もうひとつは、民主党内の軟弱な妥協派をあぶりだすために仕掛けた罠という可能性。
毛沢東が百花斉放・百家争鳴を「右派」粛清のため利用したような狡猾なやり方である。
だが、今のところ民主党内で大連立に前向きな妥協派はあらわれず、むしろ小沢氏の暴走が顰蹙を買っている。

民主「大連立」に衝撃、小沢氏に批判「なぜ持ち帰った」 : 政治 : YOMIURI ONLINE(読売新聞)
 2日に行われた福田首相(自民党総裁)と民主党の小沢代表との党首会談で、首相から連立政権樹立の打診があったことで、民主党に大きな衝撃が走った。

 同党は同日夜、緊急の役員会などを開き、打診を断ることを決めたが、党内では、小沢氏の対応に不満が募っている。

 民主党は7月の参院選で参院第1党となり、次期衆院選で政権交代につなげようと、臨時国会では政府・与党と対決する路線をとってきた。小沢氏自身も1日の記者会見では「(大連立は)今は考えていない。何としても今度の衆院選で過半数を取ることが当面の最大の目標だ」と大連立構想を強く否定した。

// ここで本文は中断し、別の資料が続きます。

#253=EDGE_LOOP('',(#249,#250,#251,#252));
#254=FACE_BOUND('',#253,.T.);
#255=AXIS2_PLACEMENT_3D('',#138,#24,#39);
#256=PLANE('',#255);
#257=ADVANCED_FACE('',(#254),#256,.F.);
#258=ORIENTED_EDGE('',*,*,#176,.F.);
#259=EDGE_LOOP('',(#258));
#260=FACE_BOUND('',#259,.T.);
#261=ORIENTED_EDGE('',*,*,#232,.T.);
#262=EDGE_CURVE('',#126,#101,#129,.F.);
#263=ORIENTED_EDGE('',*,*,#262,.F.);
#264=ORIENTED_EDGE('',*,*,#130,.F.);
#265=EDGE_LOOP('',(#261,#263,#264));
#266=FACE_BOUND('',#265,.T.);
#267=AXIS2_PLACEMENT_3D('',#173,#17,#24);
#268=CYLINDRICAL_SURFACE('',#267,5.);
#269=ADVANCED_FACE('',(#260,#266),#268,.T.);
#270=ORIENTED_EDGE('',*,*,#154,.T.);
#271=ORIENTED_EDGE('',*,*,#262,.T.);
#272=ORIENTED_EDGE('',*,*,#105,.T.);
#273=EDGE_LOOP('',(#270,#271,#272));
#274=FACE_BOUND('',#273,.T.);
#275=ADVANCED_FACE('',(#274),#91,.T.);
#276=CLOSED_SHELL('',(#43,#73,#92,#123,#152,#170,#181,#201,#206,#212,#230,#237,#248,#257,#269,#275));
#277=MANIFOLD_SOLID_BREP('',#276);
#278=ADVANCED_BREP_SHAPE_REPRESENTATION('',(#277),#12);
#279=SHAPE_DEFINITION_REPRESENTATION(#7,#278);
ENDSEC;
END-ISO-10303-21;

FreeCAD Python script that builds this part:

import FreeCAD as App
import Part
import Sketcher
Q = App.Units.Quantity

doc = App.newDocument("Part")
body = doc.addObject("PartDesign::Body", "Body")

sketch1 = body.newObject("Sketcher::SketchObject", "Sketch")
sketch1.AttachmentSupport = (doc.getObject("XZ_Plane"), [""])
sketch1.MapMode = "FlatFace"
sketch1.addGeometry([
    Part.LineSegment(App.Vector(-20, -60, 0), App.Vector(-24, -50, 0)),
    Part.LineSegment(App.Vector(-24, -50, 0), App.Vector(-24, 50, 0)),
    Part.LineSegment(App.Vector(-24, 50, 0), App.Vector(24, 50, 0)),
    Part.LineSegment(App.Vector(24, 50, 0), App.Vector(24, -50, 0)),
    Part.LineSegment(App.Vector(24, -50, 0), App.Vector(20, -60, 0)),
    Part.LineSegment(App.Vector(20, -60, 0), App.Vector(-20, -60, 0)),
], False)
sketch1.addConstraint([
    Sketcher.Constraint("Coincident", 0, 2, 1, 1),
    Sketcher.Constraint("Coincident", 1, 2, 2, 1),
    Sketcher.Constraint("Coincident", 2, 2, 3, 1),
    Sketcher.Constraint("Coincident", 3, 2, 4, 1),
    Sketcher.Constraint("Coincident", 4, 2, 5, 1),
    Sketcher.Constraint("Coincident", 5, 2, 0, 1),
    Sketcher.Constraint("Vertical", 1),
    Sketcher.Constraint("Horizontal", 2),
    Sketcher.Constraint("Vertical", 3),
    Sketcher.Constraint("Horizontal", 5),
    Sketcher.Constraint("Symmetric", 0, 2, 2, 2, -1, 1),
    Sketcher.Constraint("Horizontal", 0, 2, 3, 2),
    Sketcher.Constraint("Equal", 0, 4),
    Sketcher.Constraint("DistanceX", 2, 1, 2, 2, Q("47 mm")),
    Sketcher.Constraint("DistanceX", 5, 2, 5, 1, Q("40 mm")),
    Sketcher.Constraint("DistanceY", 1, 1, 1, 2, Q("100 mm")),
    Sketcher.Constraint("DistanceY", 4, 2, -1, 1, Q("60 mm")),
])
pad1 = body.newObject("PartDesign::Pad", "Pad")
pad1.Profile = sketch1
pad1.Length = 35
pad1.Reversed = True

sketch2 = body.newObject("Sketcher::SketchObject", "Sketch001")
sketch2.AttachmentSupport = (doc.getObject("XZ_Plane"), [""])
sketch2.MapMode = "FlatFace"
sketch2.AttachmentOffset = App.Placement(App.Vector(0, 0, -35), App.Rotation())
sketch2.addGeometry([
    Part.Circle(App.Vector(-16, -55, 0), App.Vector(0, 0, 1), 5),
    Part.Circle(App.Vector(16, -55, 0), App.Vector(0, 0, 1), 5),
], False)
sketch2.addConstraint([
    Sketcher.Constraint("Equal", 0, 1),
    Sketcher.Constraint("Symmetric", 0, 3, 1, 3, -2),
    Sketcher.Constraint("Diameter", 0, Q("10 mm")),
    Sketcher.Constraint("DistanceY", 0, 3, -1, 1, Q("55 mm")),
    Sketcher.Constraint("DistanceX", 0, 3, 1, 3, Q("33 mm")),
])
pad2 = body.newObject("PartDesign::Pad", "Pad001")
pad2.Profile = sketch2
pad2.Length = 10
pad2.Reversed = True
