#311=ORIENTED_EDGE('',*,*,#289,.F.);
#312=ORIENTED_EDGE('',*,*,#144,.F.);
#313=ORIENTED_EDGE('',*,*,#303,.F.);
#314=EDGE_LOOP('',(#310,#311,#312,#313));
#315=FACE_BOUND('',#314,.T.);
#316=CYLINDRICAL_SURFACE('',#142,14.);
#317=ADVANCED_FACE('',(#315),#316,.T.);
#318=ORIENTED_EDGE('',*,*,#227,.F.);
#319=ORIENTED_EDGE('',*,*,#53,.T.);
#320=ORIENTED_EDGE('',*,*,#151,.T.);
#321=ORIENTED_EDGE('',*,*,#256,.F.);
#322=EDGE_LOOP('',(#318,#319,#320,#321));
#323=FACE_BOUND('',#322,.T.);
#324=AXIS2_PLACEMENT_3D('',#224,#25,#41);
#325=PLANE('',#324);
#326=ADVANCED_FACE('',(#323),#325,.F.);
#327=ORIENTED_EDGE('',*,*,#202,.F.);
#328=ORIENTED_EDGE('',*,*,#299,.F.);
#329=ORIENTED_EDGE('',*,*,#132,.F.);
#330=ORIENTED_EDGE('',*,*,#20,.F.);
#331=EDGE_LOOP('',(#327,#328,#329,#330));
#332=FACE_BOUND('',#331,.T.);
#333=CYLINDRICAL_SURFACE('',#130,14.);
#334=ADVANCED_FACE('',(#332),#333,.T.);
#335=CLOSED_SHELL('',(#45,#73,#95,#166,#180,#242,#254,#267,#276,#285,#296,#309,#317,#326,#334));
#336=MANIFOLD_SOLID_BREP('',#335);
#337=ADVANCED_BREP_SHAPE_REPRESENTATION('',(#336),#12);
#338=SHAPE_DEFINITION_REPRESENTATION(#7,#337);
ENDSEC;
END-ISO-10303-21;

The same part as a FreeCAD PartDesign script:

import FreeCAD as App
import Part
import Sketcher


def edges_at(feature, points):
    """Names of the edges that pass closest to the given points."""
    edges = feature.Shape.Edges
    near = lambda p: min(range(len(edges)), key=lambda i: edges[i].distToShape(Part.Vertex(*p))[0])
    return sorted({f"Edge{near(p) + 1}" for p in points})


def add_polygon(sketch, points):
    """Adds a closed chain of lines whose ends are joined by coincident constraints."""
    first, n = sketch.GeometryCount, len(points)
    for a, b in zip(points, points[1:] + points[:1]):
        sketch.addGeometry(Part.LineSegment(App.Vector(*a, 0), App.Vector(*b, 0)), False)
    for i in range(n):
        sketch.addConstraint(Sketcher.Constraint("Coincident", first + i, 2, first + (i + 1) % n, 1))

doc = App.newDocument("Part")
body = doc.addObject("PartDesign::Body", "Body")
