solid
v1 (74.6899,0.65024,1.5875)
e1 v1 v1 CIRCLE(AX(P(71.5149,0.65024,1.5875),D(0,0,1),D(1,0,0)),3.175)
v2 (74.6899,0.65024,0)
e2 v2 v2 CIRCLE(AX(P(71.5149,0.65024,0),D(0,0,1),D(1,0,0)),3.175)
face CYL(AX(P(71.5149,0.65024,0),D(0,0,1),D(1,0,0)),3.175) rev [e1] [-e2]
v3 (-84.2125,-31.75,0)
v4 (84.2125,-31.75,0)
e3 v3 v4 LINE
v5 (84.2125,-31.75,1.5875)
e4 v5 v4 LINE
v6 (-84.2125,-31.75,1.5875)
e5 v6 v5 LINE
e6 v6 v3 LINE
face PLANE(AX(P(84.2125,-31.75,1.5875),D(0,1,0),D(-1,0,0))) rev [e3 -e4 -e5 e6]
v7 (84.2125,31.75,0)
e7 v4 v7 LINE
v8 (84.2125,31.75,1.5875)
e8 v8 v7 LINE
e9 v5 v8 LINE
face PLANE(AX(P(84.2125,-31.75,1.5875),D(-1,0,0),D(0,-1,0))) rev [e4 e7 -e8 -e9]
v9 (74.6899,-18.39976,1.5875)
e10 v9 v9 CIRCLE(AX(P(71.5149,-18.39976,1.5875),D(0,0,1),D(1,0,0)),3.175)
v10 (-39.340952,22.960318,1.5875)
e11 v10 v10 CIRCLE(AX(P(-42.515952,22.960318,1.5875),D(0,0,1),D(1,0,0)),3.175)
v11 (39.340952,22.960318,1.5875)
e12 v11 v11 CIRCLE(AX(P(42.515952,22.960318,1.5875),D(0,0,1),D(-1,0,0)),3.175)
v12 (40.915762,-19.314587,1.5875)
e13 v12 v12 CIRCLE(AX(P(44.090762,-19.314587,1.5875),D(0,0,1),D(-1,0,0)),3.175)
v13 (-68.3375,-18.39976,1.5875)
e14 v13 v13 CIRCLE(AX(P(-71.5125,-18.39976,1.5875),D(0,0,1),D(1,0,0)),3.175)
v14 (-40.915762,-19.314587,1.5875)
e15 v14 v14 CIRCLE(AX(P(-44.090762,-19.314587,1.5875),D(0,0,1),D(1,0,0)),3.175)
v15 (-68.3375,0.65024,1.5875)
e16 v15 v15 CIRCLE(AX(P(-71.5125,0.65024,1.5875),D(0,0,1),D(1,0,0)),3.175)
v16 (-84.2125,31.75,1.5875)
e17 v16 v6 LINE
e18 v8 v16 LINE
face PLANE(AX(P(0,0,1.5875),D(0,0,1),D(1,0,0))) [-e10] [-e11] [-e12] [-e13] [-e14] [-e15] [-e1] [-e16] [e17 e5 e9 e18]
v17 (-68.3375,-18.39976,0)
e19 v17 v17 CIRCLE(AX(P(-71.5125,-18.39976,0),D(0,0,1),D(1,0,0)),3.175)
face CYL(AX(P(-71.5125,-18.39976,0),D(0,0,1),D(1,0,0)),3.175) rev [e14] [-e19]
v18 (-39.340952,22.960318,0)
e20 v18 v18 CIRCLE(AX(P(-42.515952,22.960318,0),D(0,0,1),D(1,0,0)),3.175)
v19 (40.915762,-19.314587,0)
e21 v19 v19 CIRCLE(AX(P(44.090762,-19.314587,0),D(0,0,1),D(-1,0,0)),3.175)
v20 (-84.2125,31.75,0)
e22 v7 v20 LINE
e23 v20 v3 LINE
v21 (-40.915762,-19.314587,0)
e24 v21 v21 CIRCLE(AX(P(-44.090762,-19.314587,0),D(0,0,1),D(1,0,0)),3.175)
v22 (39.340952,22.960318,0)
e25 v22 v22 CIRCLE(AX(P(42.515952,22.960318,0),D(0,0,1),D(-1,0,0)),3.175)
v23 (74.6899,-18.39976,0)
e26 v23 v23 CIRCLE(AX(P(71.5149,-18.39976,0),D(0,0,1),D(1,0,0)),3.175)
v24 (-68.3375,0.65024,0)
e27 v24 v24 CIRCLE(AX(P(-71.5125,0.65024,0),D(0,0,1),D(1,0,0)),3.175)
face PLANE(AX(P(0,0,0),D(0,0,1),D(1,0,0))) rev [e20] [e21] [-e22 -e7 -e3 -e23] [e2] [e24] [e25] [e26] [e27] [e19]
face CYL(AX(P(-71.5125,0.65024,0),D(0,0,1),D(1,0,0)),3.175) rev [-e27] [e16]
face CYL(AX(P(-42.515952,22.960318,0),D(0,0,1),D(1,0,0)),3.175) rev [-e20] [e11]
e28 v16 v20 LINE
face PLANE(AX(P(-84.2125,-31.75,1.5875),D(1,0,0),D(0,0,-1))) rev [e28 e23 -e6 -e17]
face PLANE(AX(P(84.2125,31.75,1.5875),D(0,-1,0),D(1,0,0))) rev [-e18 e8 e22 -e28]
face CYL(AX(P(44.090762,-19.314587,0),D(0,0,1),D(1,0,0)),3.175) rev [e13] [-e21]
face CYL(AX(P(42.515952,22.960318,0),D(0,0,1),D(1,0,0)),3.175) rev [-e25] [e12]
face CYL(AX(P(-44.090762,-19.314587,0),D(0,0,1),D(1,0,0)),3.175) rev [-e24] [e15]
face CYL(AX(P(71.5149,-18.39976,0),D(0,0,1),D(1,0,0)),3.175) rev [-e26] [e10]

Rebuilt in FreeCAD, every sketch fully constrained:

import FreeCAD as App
import Part
import Sketcher

V = App.Vector
Q = App.Units.Quantity


def add_polygon(sketch, points):
    """Adds a closed chain of lines whose ends are joined by coincident constraints."""
    first, n = sketch.GeometryCount, len(points)
    for a, b in zip(points, points[1:] + points[:1]):
        sketch.addGeometry(Part.LineSegment(App.Vector(*a, 0), App.Vector(*b, 0)), False)
    for i in range(n):
        sketch.addConstraint(Sketcher.Constraint("Coincident", first + i, 2, first + (i + 1) % n, 1))

doc = App.newDocument("Part")
body = doc.addObject("PartDesign::Body", "Body")

# Sketch on XY plane
sketch1 = body.newObject("Sketcher::SketchObject", "Sketch")
sketch1.AttachmentSupport = (doc.getObject("XY_Plane"), [""])
sketch1.MapMode = "FlatFace"
add_polygon(sketch1, [(-84.2125, 31.75), (-84.2125, -31.75), (84.2125, -31.75), (84.2125, 31.75)])  # lines 0-3
sketch1.addConstraint(Sketcher.Constraint("Vertical", 0))
sketch1.addConstraint(Sketcher.Constraint("Horizontal", 1))
sketch1.addConstraint(Sketcher.Constraint("Vertical", 2))
sketch1.addConstraint(Sketcher.Constraint("Horizontal", 3))
sketch1.addConstraint(Sketcher.Constraint("Symmetric", 0, 2, 2, 2, -1, 1))
sketch1.addConstraint(Sketcher.Constraint("DistanceY", 0, 2, 0, 1, Q("2.5 in")))
sketch1.addConstraint(Sketcher.Constraint("DistanceX", 1, 1, 1, 2, Q("168.425 mm")))
pad1 = body.newObject("PartDesign::Pad", "Pad")
pad1.Profile = sketch1
pad1.Length = Q("0.0625 in")

# Sketch on XY plane
sketch2 = body.newObject("Sketcher::SketchObject", "Sketch001")
sketch2.AttachmentSupport = (doc.getObject("XY_Plane"), [""])
sketch2.MapMode = "FlatFace"
sketch2.AttachmentOffset = App.Placement(V(0, 0, 0.0625 * 25.4), App.Rotation())
sketch2.addGeometry(Part.Circle(V(-42.515952, 22.960318, 0), V(0, 0, 1), 3.175), False)
sketch2.addGeometry(Part.Circle(V(-44.090762, -19.314587, 0), V(0, 0, 1), 3.175), False)
sketch2.addGeometry(Part.Circle(V(-71.5125, 0.65024, 0), V(0, 0, 1), 3.175), False)
sketch2.addGeometry(Part.Circle(V(-71.5125, -18.39976, 0), V(0, 0, 1), 3.175), False)
sketch2.addGeometry(Part.Circle(V(71.5149, 0.65024, 0), V(0, 0, 1), 3.175), False)
sketch2.addGeometry(Part.Circle(V(71.5149, -18.39976, 0), V(0, 0, 1), 3.175), False)
sketch2.addGeometry(Part.Circle(V(44.090762, -19.314587, 0), V(0, 0, 1), 3.175), False)
sketch2.addGeometry(Part.Circle(V(42.515952, 22.960318, 0), V(0, 0, 1), 3.175), False)
sketch2.addConstraint(Sketcher.Constraint("Equal", 0, 1))
sketch2.addConstraint(Sketcher.Constraint("Equal", 1, 2))
sketch2.addConstraint(Sketcher.Constraint("Equal", 2, 3))
sketch2.addConstraint(Sketcher.Constraint("Equal", 3, 4))
sketch2.addConstraint(Sketcher.Constraint("Equal", 4, 5))
sketch2.addConstraint(Sketcher.Constraint("Equal", 5, 6))
sketch2.addConstraint(Sketcher.Constraint("Equal", 6, 7))
sketch2.addConstraint(Sketcher.Constraint("Symmetric", 1, 3, 6, 3, -2))
sketch2.addConstraint(Sketcher.Constraint("Symmetric", 0, 3, 7, 3, -2))
sketch2.addConstraint(Sketcher.Constraint("Horizontal", 2, 3, 4, 3))
sketch2.addConstraint(Sketcher.Constraint("Horizontal", 3, 3, 5, 3))
sketch2.addConstraint(Sketcher.Constraint("Vertical", 2, 3, 3, 3))
sketch2.addConstraint(Sketcher.Constraint("Vertical", 4, 3, 5, 3))
sketch2.addConstraint(Sketcher.Constraint("Diameter", 0, Q("0.25 in")))
sketch2.addConstraint(Sketcher.Constraint("DistanceY", 3, 3, 2, 3, Q("0.75 in")))
sketch2.addConstraint(Sketcher.Constraint("DistanceX", 2, 3, 4, 3, Q("5.631 in")))
sketch2.addConstraint(Sketcher.Constraint("DistanceY", -1, 1, 2, 3, Q("0.0256 in")))
sketch2.addConstraint(Sketcher.Constraint("DistanceX", 2, 3, -1, 1, Q("71.5125 mm")))
sketch2.addConstraint(Sketcher.Constraint("DistanceY", -1, 1, 0, 3, Q("22.960318 mm")))
sketch2.addConstraint(Sketcher.Constraint("DistanceX", 1, 3, -1, 1, Q("44.090762 mm")))
sketch2.addConstraint(Sketcher.Constraint("DistanceX", 1, 3, 0, 3, Q("1.574809 mm")))
sketch2.addConstraint(Sketcher.Constraint("DistanceY", 1, 3, -1, 1, Q("19.314587 mm")))
pocket1 = body.newObject("PartDesign::Pocket", "Pocket")
pocket1.Profile = sketch2
pocket1.Type = "ThroughAll"

doc.recompute()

 それだけに、民主党内には小沢氏が大連立構想の打診を党首会談で拒否しなかったことについて「参院選で民意を得て、その公約を実現しようとしている最中に自民党との連立政権を組めば『野合だ』との世論の批判を受け、衆院選にマイナスとなる。小沢氏はなぜ、こんな話を党内に持ち帰ったのか」と指摘する声が出ている。

 枝野幸男・元政調会長は2日夜、記者団に「(大連立は)あり得ない。大政翼賛会になってしまう」と述べた。

 小沢氏は党首会談で、自衛隊の海外派遣を可能にするための恒久法制定の実現を求めた。その際、国連決議があれば、武力行使を容認するよう憲法解釈を変更するよう迫ったと見られる。これは、小沢氏の持論だが、自衛隊の海外派遣に慎重な旧社会党系グループなどからは「大連立が実現すれば、我々は切り捨てられるのでないか」との疑心暗鬼が出ている。

小沢氏の真意がどこにあるのか知らないが、今のところ大連立を検討するそぶりを見せたことが成功したようには見えない。一般国民の目から見て行動に明快さがない。これでは支持のしようがない。



かつて鵺(ヌエ)のような表裏定まらぬ行動で信望を失い、やがて悲惨な最期を遂げた「天下の切れ者」がいた。
幕末の志士、清河八郎である。

清河八郎 - Wikipedia

幕末維新人物名鑑・清河八郎
清河は松平春嶽に「急務三策」を建言する。
これが受け入れられ過去の罪状を許された清河は浪士組の結成を建言する。
これが幕府の意に適い、採用され、上洛を控えた将軍・家茂警護のため浪士が募集された。

文久3年2月、集まった浪士組234名と役員30名を率い上洛した。
京にへ到着すると、清河は壬生新徳寺へ集め
「我らの目的は将軍警護ではなく、攘夷の魁となるためである。」
とかねてよりの策某を宣言し浪士たちのに血判を求めた。
清河は朝廷に働き掛け浪士組の攘夷運動に許しを得た。
反対した近藤勇らが清河暗殺を目論んだが未遂に終わった。
清河の動向に危惧した幕府により浪士組は江戸に呼び戻される。

「将軍警護のため」幕府の資金で集めた浪士を自分の手駒とし、倒幕含みの「尊皇攘夷」のために使う。切れ者らしく鮮やかな策略だが、残念ながら理解する同志ばかりではなかった。将軍警護のためと信じて京都までついてきた浪士にすれば、清川に騙され手品の種にされたようなものである。不信感が募るのは当然だ。
やがて清川は倒幕の志半ばに倒れ、近藤勇らは新撰組として幕府の盾となるのはご存知のとおり。

はたして小沢氏は清河八郎のように「策士策に溺れる」のだろうか。
不謹慎だが来週の政局がどうなっているか楽しみである。